Diese pünktlich erscheinende Preview muss mit schlechten Nachrichten beginnen: Es wurden einige Starts verschoben. Unter den Opfern: Der neue Park Chan-wook-Film. Lina kennt ihn schon, wir werden ihn erst im Februar kennenlernen. Briten. Angeber. Wir müssen mit ein paar Resten vorliebnehmen. Vielleicht reicht es aber doch für einen schönen Weihnachtsschmauß.

Wichtig: Einige Formalitäten am Ende. Also bitte nicht auf dem halben Weg wieder auf TikTok swipen. Grazie mille.

Wieder zu den Resten: Ein paar Novemberfilme kommen jetzt ins Streaming. Darunter: »BARDO« und »Guillermo Del Toros Pinocchio«. Gerade letzterer wohl als Weihnachtsmärchen nicht verkehrt. Ersterer, nun ja, ein paar mexikanische Sommerfeelings gegen die Winterdepression.

Zum Frischzubereiteten: Noch immer heiß trotz langem Überkochen ist der gesamte #MeToo-Komplex. Maria Schrader (»Unorthodox«) arbeitet die ganze Sache nun noch mal in »She Said« auf. Klassisches amerikanisches Journalistenkino mit Zoe Kazan (»The Big Sick«) und Carey Mulligan (»Promising Young Woman«, »Drive«, »Inside Llewyn Davis«) auf Recherchearbeit in die dunkelsten und dreckigsten Winkel Hollywoods.
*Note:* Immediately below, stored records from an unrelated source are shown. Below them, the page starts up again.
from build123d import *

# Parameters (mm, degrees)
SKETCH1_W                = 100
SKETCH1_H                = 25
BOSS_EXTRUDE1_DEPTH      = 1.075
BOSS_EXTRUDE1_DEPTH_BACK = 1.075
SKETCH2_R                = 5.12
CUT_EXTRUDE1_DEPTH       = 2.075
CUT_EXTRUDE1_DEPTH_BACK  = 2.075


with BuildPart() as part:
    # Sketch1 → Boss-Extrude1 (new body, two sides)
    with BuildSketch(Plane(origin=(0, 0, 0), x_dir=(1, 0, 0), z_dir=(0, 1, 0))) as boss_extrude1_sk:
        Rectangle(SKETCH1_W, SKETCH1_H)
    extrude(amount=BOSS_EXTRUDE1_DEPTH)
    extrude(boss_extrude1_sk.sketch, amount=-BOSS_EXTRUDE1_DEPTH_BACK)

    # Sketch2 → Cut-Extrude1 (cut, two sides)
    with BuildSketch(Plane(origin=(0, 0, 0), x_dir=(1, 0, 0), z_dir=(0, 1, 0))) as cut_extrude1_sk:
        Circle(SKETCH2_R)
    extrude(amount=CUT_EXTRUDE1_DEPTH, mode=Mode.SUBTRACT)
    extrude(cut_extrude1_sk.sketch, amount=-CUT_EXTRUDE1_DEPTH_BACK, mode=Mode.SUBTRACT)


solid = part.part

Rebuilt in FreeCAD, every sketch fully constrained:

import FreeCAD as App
import Part
import Sketcher

doc = App.newDocument("Part")
body = doc.addObject("PartDesign::Body", "Body")

sketch1 = body.newObject("Sketcher::SketchObject", "Sketch")
sketch1.AttachmentSupport = (doc.getObject("XZ_Plane"), [""])
sketch1.MapMode = "FlatFace"
sketch1.addGeometry([
    Part.LineSegment(App.Vector(-50, -12, 0), App.Vector(-50, 12, 0)),
    Part.LineSegment(App.Vector(-50, 12, 0), App.Vector(50, 12, 0)),
    Part.LineSegment(App.Vector(50, 12, 0), App.Vector(50, -12, 0)),
    Part.LineSegment(App.Vector(50, -12, 0), App.Vector(-50, -12, 0)),
], False)
sketch1.addConstraint([
    Sketcher.Constraint("Coincident", 0, 2, 1, 1),
    Sketcher.Constraint("Coincident", 1, 2, 2, 1),
    Sketcher.Constraint("Coincident", 2, 2, 3, 1),
    Sketcher.Constraint("Coincident", 3, 2, 0, 1),
    Sketcher.Constraint("Vertical", 0),
    Sketcher.Constraint("Horizontal", 1),
    Sketcher.Constraint("Vertical", 2),
    Sketcher.Constraint("Horizontal", 3),
    Sketcher.Constraint("Symmetric", 0, 2, 2, 2, -1, 1),
    Sketcher.Constraint("DistanceX", 1, 1, 1, 2, 100.0),
    Sketcher.Constraint("DistanceY", 0, 1, 0, 2, 25.0),
])
pad1 = body.newObject("PartDesign::Pad", "Pad")
pad1.Profile = sketch1
pad1.Type = "TwoLengths"
pad1.Length = 1.075
pad1.Length2 = 1.075
pad1.Reversed = True

sketch2 = body.newObject("Sketcher::SketchObject", "Sketch001")
sketch2.AttachmentSupport = (doc.getObject("XZ_Plane"), [""])
sketch2.MapMode = "FlatFace"
sketch2.addGeometry(Part.Circle(App.Vector(0, 0, 0), App.Vector(0, 0, 1), 5), False)
sketch2.addConstraint([
    Sketcher.Constraint("Coincident", 0, 3, -1, 1),
    Sketcher.Constraint("Diameter", 0, 10.24),
])
pocket1 = body.newObject("PartDesign::Pocket", "Pocket")
pocket1.Profile = sketch2
pocket1.Type = "ThroughAll"
pocket1.Midplane = True

doc.recompute()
Die Boyz haben keinen Bock auf Feminismus? Dann geb ich euch alles, was ihr wollt: Adam Driver und Hitler. Na gut, den österreichischen Amateur-Kunstmaler gibt es nur indirekt. Denn Adam Driver spielt einen Spezialisten für “Hitler-Studien” in »White Noise«. Noah Baumbach (»Marriage Story«, »Frances Ha«, Autor von »Madagascar 3«) verfilmt den modernen Meisterautor Don DeLillo zusammen mit seiner Frau Greta Gerwig (»Frances Ha«), Don Cheadle (»Boogie Night«, »Avengers«) und eben Adam (»Marriage Story«, »Annette«, »Paterson«). Neben den “Hitler-Studien” geht es vor allem um Adams sechsköpfige Patchwork-Familie, die von apokalyptischen Kalamitäten und Hiobsbotschaften bombadiert wird. Eine Familie in der Krise, ein Mann mit Haarausfall und Hula-Hula-Hula-Hoops. Anfang des Monats im Kino, zum Ende auf Netflix.

Nachdem Baumbachs Film in Venedig eher gemischt wegkam, wurde der folgende in Cannes bereits von etlichen Kritikern zum Film des Jahres gekürt. Erinnerungen an eine Vater-Tochter-Beziehung rauschen hier zusammen in Charlotte Wells’ Spielfilmdebüt »Aftersun«. Hauptdarsteller Paul Mescal kennen vielleicht ein paar aus der Sally-Rooney-Adaption »Normal People«. Zwischen Homevideo und flirrendem 35mm platzen die Farben vor Freude, Wehmut, Schmerz und Sehnsucht. Schon jetzt ist der Film auf Dutzenden Toplisten und Wells gilt als große Hoffnung des britischen Gegenwartskinos. Jetzt, wo der Koreaner weg ist, wahrscheinlich das Monatshighlight.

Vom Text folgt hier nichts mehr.